By Manpreet Dhalla, 9:00 am on

Professor Per Hammarstrom and a team of associate scientists from the Linkoping University in Sweden recently developed a molecular probe capable of detecting various amyloid deposits in human tissues. There are approximately 30 different types of amyloid proteins that are normally found throughout the body. However, under certain circumstances, these proteins break apart, fold abnormally and clump together, which leads to various disease processes capable of affecting any organ in the body. The probe increases the likelihood of early detection and treatment of amyloidosis. Here’s what Alzheimer’s caregivers in Ft. Lauderdale need to know about this revolutionary discovery. 

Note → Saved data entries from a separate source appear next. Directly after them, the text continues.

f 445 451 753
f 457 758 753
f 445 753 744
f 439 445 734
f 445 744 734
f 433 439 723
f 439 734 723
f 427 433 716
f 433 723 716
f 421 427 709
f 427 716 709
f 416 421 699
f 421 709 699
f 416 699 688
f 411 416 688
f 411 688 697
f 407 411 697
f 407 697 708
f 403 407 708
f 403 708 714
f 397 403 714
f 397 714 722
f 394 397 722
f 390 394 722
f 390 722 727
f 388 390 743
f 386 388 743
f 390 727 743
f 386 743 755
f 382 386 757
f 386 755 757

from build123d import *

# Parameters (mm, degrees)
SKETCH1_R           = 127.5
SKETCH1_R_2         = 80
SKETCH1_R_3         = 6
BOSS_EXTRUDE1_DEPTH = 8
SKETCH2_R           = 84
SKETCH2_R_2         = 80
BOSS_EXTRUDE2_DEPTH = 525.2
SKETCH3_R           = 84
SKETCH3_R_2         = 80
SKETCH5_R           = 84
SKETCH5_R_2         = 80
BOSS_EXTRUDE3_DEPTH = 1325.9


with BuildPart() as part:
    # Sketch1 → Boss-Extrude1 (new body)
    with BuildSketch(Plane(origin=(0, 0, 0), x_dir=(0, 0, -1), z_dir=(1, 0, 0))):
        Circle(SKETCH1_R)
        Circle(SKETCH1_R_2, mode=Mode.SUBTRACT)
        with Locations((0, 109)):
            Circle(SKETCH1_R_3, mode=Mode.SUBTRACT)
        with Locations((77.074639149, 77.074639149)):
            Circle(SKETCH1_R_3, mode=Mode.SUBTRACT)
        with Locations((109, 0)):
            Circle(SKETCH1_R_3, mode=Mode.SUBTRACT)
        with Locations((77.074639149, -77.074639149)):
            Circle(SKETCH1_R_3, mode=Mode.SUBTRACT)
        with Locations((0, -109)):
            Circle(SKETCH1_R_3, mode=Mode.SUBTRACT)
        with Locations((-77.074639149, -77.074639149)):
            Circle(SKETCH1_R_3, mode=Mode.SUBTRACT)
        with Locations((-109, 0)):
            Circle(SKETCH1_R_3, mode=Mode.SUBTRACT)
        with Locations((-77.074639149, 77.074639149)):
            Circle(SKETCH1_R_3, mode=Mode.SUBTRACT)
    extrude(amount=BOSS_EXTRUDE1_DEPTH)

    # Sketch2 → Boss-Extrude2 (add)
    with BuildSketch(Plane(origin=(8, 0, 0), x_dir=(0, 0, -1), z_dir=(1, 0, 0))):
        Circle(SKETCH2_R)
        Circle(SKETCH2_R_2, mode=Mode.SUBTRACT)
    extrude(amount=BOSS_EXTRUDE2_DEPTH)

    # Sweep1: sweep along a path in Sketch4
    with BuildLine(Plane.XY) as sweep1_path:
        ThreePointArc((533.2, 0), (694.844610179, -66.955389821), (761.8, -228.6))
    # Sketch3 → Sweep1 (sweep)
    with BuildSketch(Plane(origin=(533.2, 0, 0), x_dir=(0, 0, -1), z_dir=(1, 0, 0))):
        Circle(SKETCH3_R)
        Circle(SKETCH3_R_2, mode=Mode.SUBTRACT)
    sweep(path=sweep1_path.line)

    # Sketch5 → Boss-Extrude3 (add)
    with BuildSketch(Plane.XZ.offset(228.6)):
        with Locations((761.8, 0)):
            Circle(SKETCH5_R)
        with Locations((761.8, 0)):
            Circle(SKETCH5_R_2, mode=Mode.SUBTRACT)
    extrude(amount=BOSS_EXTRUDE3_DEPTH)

After creating the probe, scientists tested the technique to determine if the device might positively identify the amyloid proteins in various samples. The probe successfully identified the compounds and proved to be more accurate and efficient compared to previously designed clinical tests. The innovative testing method detected proteins that traditional methods failed to find. 

Up until the Linkoping researchers developed the probe, previous testing required staining blood, urine or tissue samples with Congo red and analyzing the slides using polarized light or electron microscopy. However, if samples do not contain sufficient quantities of the proteins, test results might prove falsely negative. However, this is no longer a concern when using the new probe. The group of scientists believes that the sensitivity of the probe makes an outstanding alternative to traditional testing methods and may eventually make the older technique obsolete. 

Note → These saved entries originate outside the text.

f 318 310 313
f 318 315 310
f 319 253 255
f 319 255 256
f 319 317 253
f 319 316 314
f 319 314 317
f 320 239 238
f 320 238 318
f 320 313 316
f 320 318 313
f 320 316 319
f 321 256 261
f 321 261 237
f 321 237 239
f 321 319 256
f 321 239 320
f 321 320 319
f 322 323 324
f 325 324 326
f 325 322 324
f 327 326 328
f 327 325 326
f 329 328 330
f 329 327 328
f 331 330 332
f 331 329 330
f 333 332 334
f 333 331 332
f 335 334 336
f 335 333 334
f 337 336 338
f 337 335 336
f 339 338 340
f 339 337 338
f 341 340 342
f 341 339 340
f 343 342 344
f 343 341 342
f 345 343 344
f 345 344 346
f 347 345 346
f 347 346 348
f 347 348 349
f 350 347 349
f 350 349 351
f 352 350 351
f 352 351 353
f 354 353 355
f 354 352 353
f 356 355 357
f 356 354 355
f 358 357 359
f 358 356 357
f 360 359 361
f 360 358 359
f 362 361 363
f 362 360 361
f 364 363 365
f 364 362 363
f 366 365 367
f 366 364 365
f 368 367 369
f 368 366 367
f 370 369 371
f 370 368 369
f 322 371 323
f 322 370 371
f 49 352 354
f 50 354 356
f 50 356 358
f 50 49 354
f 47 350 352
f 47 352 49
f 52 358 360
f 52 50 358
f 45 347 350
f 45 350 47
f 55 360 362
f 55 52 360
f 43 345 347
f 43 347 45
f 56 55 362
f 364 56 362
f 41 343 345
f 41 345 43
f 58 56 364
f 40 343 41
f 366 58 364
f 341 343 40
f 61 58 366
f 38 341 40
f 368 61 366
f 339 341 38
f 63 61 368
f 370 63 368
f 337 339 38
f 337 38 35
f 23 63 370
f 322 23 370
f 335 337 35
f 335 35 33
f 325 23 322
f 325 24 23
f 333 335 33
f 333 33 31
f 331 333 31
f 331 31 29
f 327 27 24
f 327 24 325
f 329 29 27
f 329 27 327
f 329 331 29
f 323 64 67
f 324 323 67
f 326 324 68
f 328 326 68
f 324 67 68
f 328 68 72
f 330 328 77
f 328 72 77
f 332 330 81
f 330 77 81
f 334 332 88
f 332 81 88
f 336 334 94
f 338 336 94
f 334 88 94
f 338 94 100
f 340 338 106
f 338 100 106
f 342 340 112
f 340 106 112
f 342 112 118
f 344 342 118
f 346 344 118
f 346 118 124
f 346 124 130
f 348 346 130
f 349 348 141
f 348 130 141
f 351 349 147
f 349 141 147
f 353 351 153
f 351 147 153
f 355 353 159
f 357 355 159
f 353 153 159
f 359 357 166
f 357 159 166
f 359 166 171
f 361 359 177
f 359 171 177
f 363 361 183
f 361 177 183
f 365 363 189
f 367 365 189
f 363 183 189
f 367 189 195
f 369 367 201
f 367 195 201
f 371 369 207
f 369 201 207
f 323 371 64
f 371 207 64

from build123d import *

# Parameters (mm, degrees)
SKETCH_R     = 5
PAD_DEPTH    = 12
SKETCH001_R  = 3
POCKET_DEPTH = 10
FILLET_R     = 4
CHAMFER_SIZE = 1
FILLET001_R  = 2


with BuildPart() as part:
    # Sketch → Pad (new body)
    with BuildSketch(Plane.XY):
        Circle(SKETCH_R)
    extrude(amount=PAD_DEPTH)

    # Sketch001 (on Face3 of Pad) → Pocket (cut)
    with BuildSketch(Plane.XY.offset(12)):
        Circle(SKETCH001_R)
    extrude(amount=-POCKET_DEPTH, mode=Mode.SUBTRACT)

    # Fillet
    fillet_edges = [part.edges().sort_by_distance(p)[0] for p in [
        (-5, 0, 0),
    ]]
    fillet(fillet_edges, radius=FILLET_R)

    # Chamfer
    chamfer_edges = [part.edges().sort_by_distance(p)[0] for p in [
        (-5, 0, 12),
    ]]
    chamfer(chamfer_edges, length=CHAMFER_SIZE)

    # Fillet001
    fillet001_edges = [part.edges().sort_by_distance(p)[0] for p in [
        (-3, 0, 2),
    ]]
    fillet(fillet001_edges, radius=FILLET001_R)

The U.S. Office of Rare Diseases explains that amyloidosis is a rare disease that is diagnosed in fewer than 200,000 people. However, according to the Amyloidosis Foundation, more people may actually suffer from medical conditions caused by the proteins than previously known. Once the non-invasive probe testing becomes more widely available, laboratories could identify the proteins as causative factors faster. Seniors who might otherwise require Ft. Lauderdale dementia home care would then receive treatments based on the presence of the proteins before they permanently cause substantial tissue damage. 

The presence of amyloidosis indicates that seniors are likely to develop dementia and Alzheimer’s. To help your loved one manage Alzheimer’s and dementia symptoms in the familiarity of home, turn to Home Care Assistance of Ft. Lauderdale. In addition to helping seniors with personal care and mobility assistance, we supplement our Alzheimer’s services with our proprietary Cognitive Therapeutics Method to sharpen mental acuity and delay the onset of dementia symptoms. Learn more when you call (954) 909-0370 and schedule a complimentary consultation.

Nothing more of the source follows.